* _WHAT IS NEEDED_
After locating the line that contains "#54=AXIS2_PLACEMENT_3D('',#53,#16,#17);" in the data below, set down exactly that line and each one after it through the line that contains "#63=ORIENTED_EDGE('',*,*,#62,.F.);", and nothing more.

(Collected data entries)
*** Block opens ***

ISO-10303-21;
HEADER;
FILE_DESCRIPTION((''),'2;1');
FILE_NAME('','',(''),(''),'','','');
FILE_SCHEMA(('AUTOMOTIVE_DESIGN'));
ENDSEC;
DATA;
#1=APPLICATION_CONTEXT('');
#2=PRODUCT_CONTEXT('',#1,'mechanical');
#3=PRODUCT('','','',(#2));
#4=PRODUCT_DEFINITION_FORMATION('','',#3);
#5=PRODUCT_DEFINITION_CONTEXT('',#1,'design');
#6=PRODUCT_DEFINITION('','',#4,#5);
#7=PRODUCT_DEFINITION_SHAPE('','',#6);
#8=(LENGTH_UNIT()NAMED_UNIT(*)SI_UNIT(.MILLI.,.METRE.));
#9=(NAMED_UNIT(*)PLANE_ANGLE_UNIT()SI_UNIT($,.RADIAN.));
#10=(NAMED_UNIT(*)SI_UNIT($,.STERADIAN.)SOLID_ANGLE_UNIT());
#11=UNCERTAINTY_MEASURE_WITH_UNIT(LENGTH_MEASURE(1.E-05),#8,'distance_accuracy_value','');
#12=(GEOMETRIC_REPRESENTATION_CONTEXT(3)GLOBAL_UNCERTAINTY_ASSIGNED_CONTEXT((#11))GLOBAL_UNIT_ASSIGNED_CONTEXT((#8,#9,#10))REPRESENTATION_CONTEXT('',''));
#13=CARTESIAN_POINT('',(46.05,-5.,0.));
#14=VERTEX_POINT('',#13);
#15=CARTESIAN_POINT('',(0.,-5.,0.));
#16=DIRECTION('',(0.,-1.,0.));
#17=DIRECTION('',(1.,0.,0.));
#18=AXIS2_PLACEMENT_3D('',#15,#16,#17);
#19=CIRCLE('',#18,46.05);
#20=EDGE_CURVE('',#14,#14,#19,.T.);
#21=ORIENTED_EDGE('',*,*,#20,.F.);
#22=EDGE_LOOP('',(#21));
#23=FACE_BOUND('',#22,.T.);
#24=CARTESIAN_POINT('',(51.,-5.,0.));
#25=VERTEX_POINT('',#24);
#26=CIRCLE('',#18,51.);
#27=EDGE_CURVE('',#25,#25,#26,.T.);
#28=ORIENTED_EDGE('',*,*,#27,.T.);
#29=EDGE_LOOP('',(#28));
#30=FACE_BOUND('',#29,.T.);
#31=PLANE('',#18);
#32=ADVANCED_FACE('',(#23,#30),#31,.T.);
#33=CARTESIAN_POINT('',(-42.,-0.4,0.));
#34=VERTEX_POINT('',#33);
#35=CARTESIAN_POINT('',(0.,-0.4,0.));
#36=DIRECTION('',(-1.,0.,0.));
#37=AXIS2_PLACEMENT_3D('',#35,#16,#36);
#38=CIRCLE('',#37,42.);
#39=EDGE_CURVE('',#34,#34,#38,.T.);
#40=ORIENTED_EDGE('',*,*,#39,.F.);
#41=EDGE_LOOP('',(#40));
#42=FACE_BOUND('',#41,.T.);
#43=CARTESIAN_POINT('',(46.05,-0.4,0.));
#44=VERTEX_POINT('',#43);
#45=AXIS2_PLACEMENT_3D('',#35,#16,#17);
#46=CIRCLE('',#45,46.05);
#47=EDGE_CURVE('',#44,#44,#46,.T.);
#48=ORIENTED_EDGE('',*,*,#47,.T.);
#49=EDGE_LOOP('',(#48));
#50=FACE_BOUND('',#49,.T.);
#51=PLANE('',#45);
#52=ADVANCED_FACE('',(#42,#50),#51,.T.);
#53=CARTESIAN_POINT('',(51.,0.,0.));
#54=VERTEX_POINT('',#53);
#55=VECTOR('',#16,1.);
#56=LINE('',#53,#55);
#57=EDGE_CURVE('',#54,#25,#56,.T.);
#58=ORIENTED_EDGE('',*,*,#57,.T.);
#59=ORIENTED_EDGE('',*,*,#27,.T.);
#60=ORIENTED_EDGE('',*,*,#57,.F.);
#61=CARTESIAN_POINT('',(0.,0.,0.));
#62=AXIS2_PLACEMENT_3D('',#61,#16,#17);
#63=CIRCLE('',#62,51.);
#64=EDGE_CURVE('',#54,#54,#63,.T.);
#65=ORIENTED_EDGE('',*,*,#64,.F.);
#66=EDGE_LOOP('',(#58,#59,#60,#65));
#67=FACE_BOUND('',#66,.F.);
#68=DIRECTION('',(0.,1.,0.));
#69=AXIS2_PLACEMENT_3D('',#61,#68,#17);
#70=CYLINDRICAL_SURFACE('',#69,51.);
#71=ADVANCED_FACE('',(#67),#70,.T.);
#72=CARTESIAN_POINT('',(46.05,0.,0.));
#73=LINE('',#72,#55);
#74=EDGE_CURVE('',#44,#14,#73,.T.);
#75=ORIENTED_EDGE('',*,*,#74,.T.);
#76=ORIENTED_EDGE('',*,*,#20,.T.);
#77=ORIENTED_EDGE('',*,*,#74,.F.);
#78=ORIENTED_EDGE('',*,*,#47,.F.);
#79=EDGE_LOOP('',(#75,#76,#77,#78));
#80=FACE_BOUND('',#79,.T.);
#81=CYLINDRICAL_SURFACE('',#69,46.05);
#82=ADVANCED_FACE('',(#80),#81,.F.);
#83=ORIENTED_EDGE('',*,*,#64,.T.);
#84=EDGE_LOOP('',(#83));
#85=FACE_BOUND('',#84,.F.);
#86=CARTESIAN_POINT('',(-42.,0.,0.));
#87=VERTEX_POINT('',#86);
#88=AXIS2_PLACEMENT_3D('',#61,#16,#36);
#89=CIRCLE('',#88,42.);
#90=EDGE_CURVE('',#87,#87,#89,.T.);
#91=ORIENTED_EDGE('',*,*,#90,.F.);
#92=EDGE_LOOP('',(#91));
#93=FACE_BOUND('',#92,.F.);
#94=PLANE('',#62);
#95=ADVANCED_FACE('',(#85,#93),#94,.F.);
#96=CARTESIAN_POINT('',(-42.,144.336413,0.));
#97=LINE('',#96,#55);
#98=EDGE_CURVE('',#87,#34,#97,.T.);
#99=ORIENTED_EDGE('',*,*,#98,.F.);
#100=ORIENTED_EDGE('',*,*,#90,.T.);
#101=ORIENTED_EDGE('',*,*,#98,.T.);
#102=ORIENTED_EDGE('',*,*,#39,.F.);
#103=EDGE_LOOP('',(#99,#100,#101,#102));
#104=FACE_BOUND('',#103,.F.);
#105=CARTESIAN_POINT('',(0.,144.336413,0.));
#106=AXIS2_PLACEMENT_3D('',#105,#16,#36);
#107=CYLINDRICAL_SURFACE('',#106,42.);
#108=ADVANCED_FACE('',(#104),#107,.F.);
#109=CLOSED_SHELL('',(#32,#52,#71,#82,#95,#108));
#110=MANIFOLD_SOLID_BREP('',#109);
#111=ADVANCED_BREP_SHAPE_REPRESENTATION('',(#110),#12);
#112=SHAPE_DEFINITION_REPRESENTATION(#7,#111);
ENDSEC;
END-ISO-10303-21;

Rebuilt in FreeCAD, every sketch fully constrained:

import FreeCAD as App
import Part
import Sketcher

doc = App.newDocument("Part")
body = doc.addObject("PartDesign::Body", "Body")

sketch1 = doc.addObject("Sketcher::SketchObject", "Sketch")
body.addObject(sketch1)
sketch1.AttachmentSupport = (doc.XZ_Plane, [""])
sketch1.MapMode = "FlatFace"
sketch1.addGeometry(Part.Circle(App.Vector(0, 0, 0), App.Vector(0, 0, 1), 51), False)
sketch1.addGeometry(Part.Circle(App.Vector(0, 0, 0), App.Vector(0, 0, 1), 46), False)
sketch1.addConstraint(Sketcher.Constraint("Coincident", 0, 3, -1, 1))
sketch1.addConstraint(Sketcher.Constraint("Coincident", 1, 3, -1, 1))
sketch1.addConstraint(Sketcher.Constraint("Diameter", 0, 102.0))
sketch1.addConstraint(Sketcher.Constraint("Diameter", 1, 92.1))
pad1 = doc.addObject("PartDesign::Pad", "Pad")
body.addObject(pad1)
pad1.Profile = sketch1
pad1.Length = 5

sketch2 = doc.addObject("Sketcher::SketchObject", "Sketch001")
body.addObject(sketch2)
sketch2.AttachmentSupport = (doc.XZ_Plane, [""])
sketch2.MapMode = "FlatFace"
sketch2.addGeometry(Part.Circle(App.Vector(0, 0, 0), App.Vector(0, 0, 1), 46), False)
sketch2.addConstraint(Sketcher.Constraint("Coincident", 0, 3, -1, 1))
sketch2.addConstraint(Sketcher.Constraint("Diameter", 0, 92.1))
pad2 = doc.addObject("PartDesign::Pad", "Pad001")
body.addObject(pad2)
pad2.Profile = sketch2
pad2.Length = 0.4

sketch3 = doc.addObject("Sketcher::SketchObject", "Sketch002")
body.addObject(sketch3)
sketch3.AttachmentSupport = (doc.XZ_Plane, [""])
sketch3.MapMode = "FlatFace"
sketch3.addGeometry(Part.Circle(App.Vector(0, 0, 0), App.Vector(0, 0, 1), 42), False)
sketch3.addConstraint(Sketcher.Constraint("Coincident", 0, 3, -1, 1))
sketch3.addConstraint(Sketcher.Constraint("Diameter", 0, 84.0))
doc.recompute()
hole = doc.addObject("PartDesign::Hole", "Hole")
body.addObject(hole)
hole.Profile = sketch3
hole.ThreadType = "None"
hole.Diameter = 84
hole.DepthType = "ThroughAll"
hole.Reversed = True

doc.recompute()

*** Block closes ***
*** Block opens ***

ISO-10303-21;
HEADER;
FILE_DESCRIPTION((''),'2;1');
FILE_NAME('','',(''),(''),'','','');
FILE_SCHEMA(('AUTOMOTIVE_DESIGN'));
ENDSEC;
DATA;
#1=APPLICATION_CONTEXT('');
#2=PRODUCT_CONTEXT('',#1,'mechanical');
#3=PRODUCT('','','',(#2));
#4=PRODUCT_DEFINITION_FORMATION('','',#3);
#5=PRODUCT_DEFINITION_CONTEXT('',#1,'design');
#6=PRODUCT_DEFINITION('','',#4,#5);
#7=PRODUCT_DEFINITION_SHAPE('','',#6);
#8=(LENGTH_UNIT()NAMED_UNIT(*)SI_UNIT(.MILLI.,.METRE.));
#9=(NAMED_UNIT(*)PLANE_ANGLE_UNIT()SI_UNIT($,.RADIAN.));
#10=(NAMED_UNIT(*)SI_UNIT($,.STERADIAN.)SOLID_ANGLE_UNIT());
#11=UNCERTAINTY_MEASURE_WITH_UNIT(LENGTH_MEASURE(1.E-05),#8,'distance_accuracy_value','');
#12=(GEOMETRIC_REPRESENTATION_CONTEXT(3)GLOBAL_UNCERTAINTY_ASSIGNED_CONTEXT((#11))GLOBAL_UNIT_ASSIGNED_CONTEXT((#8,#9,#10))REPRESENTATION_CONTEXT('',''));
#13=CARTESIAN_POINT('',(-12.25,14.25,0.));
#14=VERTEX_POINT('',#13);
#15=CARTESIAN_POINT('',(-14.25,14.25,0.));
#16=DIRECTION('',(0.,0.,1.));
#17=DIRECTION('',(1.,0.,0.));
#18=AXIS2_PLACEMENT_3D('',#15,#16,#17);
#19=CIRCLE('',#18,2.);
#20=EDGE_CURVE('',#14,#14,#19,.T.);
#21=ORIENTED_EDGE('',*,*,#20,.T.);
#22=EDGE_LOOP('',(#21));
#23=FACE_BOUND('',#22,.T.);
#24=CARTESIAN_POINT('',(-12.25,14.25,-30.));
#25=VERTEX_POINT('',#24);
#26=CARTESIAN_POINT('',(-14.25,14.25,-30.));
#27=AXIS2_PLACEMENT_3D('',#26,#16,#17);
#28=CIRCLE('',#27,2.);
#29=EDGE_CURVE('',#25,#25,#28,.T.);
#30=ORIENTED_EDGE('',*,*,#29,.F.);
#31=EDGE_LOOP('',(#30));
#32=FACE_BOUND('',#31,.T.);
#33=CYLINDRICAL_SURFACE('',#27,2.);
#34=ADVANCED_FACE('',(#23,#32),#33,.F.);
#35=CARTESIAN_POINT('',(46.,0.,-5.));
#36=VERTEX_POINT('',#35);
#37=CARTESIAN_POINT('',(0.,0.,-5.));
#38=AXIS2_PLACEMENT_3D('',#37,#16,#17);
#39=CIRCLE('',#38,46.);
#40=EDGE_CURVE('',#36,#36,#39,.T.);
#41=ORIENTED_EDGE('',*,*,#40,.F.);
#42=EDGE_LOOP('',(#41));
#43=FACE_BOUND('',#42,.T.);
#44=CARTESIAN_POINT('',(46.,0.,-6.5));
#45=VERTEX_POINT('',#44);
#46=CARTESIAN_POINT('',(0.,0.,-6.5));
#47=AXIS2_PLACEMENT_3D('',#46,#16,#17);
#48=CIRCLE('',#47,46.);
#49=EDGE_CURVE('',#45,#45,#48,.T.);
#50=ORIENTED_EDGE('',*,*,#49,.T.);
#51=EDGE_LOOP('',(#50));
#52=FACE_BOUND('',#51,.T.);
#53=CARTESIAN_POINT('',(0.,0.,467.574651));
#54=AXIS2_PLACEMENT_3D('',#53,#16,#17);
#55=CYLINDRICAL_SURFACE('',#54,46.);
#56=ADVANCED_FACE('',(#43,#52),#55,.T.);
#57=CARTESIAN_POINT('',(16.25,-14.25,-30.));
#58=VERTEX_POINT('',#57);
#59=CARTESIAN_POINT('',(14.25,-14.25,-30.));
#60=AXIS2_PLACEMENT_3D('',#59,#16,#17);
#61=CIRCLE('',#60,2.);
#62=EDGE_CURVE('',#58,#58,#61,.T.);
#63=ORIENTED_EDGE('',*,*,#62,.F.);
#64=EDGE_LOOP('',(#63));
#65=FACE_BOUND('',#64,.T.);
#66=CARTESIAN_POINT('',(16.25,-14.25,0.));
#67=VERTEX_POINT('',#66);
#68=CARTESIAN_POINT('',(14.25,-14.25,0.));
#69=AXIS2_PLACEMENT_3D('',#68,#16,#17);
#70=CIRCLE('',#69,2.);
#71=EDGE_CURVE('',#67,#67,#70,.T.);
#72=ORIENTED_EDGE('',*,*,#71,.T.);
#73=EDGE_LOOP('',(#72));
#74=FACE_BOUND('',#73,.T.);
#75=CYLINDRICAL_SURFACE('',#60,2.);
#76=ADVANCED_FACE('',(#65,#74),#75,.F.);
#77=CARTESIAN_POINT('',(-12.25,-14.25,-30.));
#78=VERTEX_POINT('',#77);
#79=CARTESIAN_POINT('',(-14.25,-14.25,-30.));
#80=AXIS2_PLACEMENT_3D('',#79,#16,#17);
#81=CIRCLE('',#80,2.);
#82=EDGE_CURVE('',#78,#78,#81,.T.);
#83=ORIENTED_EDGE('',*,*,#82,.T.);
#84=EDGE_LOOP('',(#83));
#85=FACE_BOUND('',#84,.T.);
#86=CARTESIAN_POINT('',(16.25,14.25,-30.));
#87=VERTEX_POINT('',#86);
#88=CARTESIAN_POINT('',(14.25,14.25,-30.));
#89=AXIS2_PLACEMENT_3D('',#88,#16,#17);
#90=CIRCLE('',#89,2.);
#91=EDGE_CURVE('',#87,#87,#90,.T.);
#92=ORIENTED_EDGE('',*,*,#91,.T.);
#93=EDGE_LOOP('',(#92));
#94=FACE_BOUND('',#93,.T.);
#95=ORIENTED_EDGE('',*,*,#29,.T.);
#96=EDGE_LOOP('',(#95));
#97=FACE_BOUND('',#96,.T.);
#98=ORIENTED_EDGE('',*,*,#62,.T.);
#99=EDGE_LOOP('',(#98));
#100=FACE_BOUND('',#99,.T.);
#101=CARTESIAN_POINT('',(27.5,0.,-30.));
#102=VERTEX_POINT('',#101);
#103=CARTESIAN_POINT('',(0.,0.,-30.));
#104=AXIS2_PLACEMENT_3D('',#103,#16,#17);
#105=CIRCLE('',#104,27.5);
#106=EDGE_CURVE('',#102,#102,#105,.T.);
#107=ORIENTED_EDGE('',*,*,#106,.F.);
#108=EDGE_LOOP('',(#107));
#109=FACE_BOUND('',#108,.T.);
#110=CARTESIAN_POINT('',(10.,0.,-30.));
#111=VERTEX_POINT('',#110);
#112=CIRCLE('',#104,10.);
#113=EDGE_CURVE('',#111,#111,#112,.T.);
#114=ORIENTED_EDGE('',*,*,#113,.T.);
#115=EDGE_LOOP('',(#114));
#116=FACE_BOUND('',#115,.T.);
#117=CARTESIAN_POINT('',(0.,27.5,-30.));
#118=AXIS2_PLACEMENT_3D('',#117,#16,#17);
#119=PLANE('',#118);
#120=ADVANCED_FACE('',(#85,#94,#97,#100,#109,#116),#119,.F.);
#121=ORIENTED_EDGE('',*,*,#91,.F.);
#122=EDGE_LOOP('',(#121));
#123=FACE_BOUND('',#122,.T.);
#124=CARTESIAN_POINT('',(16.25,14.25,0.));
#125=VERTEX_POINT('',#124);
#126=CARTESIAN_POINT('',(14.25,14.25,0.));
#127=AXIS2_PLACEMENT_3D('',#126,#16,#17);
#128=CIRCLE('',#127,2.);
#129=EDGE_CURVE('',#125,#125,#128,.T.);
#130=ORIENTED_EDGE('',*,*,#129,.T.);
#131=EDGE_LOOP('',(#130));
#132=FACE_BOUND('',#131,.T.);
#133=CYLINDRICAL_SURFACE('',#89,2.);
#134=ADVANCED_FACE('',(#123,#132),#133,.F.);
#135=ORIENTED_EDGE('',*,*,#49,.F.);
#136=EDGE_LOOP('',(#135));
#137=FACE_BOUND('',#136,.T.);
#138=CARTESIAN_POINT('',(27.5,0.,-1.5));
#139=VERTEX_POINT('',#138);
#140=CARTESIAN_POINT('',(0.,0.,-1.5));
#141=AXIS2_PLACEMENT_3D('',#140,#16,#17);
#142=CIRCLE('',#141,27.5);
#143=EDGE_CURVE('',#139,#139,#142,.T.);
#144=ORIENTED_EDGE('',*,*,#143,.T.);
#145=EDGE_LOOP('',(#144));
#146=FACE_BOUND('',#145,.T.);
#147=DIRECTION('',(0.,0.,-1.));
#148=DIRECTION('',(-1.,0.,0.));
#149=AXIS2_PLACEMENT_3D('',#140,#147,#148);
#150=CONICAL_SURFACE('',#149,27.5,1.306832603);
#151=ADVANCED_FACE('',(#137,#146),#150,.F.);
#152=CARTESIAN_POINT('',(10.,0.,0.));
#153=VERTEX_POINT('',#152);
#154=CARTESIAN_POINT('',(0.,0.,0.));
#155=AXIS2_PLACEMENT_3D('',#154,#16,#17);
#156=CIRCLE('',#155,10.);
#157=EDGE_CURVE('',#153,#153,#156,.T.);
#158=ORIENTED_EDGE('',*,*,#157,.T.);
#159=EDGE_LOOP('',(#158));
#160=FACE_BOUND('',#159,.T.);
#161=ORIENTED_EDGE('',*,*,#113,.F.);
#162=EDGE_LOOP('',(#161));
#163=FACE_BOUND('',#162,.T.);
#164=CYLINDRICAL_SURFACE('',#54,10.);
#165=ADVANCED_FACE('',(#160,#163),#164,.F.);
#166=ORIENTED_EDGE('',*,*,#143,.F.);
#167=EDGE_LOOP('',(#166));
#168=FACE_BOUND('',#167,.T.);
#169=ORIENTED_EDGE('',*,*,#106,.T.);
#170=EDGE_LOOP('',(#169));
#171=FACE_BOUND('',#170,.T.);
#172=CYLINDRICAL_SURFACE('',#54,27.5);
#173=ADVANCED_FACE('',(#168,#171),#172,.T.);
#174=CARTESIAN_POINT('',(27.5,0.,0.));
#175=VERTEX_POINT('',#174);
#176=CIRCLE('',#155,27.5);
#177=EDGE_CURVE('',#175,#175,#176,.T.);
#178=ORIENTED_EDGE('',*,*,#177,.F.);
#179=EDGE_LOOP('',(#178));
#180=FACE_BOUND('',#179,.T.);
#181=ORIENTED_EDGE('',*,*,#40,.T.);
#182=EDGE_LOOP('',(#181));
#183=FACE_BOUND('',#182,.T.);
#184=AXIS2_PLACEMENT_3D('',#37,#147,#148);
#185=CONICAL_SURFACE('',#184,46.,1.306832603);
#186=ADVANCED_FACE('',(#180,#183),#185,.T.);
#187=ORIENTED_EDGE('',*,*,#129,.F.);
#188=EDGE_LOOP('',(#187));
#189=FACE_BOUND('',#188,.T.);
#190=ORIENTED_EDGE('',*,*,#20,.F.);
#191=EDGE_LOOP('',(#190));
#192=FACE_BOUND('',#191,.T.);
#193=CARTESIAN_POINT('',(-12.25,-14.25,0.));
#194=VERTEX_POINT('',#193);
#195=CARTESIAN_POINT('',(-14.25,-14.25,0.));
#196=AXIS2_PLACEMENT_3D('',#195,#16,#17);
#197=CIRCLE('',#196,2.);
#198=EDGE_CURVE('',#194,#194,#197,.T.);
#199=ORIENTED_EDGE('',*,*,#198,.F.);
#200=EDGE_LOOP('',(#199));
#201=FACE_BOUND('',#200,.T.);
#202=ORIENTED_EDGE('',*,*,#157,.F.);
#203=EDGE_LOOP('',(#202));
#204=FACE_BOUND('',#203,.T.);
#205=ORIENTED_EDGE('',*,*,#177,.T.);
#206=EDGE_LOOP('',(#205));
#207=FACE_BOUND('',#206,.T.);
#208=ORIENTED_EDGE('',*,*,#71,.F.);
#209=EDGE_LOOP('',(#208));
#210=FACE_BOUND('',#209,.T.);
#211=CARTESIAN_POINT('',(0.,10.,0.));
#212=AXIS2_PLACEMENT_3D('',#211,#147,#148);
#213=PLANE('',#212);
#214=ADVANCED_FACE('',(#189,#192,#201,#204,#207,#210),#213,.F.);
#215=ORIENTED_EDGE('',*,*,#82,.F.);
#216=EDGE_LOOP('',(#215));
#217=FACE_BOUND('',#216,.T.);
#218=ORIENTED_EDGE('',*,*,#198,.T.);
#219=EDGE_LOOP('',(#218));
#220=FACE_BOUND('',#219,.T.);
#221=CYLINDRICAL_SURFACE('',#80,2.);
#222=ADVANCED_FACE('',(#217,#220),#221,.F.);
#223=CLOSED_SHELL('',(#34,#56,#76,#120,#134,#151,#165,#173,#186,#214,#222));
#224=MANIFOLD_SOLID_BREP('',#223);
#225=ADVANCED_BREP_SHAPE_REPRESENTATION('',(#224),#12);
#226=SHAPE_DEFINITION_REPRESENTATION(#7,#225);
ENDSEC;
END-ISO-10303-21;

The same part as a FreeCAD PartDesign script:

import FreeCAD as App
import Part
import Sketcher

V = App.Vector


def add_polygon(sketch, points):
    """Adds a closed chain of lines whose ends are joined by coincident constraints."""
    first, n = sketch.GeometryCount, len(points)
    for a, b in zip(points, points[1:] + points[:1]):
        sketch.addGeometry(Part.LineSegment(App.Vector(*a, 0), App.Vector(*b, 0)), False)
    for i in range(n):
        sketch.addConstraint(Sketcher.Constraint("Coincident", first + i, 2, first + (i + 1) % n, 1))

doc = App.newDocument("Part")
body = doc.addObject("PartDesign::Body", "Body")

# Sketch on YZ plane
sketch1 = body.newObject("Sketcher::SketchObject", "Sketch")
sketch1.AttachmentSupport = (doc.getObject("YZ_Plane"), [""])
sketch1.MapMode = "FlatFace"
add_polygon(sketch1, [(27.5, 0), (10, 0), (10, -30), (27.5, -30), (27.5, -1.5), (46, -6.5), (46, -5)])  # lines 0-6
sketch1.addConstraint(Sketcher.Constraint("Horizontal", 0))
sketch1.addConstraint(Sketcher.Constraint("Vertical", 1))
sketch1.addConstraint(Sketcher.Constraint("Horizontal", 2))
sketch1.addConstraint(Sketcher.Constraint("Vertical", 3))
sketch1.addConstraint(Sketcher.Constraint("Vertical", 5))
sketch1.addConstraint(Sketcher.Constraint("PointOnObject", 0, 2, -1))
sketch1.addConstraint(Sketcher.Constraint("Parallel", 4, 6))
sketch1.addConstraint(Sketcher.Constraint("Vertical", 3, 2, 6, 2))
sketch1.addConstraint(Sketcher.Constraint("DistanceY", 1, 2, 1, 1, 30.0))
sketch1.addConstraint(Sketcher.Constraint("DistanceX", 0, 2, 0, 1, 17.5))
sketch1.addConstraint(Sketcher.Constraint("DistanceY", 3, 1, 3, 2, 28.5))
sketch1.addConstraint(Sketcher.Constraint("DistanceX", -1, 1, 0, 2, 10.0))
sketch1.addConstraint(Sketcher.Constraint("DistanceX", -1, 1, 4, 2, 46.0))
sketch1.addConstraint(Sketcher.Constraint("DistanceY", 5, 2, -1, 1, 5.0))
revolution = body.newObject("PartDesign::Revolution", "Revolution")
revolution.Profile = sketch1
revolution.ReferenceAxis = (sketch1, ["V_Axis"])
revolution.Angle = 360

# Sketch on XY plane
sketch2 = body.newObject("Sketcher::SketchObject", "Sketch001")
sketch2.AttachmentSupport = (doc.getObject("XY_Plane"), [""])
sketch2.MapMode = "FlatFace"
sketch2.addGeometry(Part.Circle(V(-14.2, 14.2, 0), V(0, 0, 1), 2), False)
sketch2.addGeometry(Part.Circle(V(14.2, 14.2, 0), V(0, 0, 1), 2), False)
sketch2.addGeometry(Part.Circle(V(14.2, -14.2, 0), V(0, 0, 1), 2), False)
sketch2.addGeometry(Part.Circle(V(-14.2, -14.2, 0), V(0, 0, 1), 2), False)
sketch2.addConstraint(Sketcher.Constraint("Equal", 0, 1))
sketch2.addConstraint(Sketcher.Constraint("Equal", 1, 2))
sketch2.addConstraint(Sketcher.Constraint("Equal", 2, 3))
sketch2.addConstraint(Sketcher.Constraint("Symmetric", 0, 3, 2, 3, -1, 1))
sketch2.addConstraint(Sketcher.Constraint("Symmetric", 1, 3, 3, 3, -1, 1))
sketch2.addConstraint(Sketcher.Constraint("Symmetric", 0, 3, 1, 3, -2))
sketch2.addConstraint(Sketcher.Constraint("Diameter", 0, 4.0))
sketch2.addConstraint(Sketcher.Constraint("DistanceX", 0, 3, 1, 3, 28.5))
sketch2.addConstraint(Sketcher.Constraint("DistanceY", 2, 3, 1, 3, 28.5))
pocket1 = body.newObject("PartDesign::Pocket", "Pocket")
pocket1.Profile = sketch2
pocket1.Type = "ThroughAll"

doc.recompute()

*** Block closes ***

* _THE COMPLETED TASK_
#54=AXIS2_PLACEMENT_3D('',#53,#16,#17);
#55=CYLINDRICAL_SURFACE('',#54,46.);
#56=ADVANCED_FACE('',(#43,#52),#55,.T.);
#57=CARTESIAN_POINT('',(16.25,-14.25,-30.));
#58=VERTEX_POINT('',#57);
#59=CARTESIAN_POINT('',(14.25,-14.25,-30.));
#60=AXIS2_PLACEMENT_3D('',#59,#16,#17);
#61=CIRCLE('',#60,2.);
#62=EDGE_CURVE('',#58,#58,#61,.T.);
#63=ORIENTED_EDGE('',*,*,#62,.F.);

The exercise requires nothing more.